What the task requires:
Please give back the listing below in full. Change nothing.

== Segment start ==

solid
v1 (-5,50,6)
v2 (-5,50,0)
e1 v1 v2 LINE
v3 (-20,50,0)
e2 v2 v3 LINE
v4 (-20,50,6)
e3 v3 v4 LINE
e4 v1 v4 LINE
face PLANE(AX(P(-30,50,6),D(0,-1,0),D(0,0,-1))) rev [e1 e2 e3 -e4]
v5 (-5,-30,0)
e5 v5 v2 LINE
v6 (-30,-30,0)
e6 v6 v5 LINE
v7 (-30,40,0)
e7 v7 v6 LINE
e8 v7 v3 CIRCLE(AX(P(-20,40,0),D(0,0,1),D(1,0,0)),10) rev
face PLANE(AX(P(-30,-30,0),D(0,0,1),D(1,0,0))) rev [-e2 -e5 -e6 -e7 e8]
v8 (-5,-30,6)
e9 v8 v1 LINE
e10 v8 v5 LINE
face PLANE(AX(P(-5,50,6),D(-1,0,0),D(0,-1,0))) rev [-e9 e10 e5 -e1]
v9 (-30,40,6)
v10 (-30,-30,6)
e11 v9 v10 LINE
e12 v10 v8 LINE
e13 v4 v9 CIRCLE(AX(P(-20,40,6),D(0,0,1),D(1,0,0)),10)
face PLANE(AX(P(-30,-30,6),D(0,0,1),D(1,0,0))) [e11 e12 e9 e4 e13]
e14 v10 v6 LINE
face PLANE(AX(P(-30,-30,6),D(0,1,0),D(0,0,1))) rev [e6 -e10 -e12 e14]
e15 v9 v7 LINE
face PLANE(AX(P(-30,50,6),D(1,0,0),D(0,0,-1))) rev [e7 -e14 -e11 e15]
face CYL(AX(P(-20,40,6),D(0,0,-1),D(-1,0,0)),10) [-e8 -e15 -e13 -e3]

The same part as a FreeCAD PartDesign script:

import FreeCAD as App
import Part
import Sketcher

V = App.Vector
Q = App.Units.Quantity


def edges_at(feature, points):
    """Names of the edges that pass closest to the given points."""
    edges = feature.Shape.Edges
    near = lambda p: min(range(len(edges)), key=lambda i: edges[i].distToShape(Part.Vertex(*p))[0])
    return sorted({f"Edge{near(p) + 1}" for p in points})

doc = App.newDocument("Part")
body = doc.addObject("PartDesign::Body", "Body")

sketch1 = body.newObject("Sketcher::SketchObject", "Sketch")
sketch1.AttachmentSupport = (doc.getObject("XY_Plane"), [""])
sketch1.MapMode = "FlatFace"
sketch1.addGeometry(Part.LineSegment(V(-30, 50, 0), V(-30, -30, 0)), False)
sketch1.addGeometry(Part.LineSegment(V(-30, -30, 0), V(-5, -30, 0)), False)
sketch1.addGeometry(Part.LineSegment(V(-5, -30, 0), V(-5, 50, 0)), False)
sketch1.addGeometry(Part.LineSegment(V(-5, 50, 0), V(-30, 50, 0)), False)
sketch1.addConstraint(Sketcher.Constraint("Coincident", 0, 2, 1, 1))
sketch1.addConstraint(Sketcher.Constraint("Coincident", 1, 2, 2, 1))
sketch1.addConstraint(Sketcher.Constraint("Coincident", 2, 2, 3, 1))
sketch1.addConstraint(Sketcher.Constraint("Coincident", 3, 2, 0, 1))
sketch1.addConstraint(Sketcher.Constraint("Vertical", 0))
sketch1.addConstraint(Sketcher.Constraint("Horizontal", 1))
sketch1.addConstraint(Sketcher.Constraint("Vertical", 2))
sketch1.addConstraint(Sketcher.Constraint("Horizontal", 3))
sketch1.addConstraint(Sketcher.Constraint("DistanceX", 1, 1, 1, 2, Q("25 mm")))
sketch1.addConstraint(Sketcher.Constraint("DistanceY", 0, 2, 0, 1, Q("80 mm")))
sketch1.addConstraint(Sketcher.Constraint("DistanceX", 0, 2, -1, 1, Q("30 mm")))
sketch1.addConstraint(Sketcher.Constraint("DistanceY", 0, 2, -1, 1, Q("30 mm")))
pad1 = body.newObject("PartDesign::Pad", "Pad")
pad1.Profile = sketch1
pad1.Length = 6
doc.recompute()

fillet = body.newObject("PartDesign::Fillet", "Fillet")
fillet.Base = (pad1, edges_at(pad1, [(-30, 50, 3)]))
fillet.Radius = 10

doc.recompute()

== Segment end ==

Exercise solution:
solid
v1 (-5,50,6)
v2 (-5,50,0)
e1 v1 v2 LINE
v3 (-20,50,0)
e2 v2 v3 LINE
v4 (-20,50,6)
e3 v3 v4 LINE
e4 v1 v4 LINE
face PLANE(AX(P(-30,50,6),D(0,-1,0),D(0,0,-1))) rev [e1 e2 e3 -e4]
v5 (-5,-30,0)
e5 v5 v2 LINE
v6 (-30,-30,0)
e6 v6 v5 LINE
v7 (-30,40,0)
e7 v7 v6 LINE
e8 v7 v3 CIRCLE(AX(P(-20,40,0),D(0,0,1),D(1,0,0)),10) rev
face PLANE(AX(P(-30,-30,0),D(0,0,1),D(1,0,0))) rev [-e2 -e5 -e6 -e7 e8]
v8 (-5,-30,6)
e9 v8 v1 LINE
e10 v8 v5 LINE
face PLANE(AX(P(-5,50,6),D(-1,0,0),D(0,-1,0))) rev [-e9 e10 e5 -e1]
v9 (-30,40,6)
v10 (-30,-30,6)
e11 v9 v10 LINE
e12 v10 v8 LINE
e13 v4 v9 CIRCLE(AX(P(-20,40,6),D(0,0,1),D(1,0,0)),10)
face PLANE(AX(P(-30,-30,6),D(0,0,1),D(1,0,0))) [e11 e12 e9 e4 e13]
e14 v10 v6 LINE
face PLANE(AX(P(-30,-30,6),D(0,1,0),D(0,0,1))) rev [e6 -e10 -e12 e14]
e15 v9 v7 LINE
face PLANE(AX(P(-30,50,6),D(1,0,0),D(0,0,-1))) rev [e7 -e14 -e11 e15]
face CYL(AX(P(-20,40,6),D(0,0,-1),D(-1,0,0)),10) [-e8 -e15 -e13 -e3]

The same part as a FreeCAD PartDesign script:

import FreeCAD as App
import Part
import Sketcher

V = App.Vector
Q = App.Units.Quantity


def edges_at(feature, points):
    """Names of the edges that pass closest to the given points."""
    edges = feature.Shape.Edges
    near = lambda p: min(range(len(edges)), key=lambda i: edges[i].distToShape(Part.Vertex(*p))[0])
    return sorted({f"Edge{near(p) + 1}" for p in points})

doc = App.newDocument("Part")
body = doc.addObject("PartDesign::Body", "Body")

sketch1 = body.newObject("Sketcher::SketchObject", "Sketch")
sketch1.AttachmentSupport = (doc.getObject("XY_Plane"), [""])
sketch1.MapMode = "FlatFace"
sketch1.addGeometry(Part.LineSegment(V(-30, 50, 0), V(-30, -30, 0)), False)
sketch1.addGeometry(Part.LineSegment(V(-30, -30, 0), V(-5, -30, 0)), False)
sketch1.addGeometry(Part.LineSegment(V(-5, -30, 0), V(-5, 50, 0)), False)
sketch1.addGeometry(Part.LineSegment(V(-5, 50, 0), V(-30, 50, 0)), False)
sketch1.addConstraint(Sketcher.Constraint("Coincident", 0, 2, 1, 1))
sketch1.addConstraint(Sketcher.Constraint("Coincident", 1, 2, 2, 1))
sketch1.addConstraint(Sketcher.Constraint("Coincident", 2, 2, 3, 1))
sketch1.addConstraint(Sketcher.Constraint("Coincident", 3, 2, 0, 1))
sketch1.addConstraint(Sketcher.Constraint("Vertical", 0))
sketch1.addConstraint(Sketcher.Constraint("Horizontal", 1))
sketch1.addConstraint(Sketcher.Constraint("Vertical", 2))
sketch1.addConstraint(Sketcher.Constraint("Horizontal", 3))
sketch1.addConstraint(Sketcher.Constraint("DistanceX", 1, 1, 1, 2, Q("25 mm")))
sketch1.addConstraint(Sketcher.Constraint("DistanceY", 0, 2, 0, 1, Q("80 mm")))
sketch1.addConstraint(Sketcher.Constraint("DistanceX", 0, 2, -1, 1, Q("30 mm")))
sketch1.addConstraint(Sketcher.Constraint("DistanceY", 0, 2, -1, 1, Q("30 mm")))
pad1 = body.newObject("PartDesign::Pad", "Pad")
pad1.Profile = sketch1
pad1.Length = 6
doc.recompute()

fillet = body.newObject("PartDesign::Fillet", "Fillet")
fillet.Base = (pad1, edges_at(pad1, [(-30, 50, 3)]))
fillet.Radius = 10

doc.recompute()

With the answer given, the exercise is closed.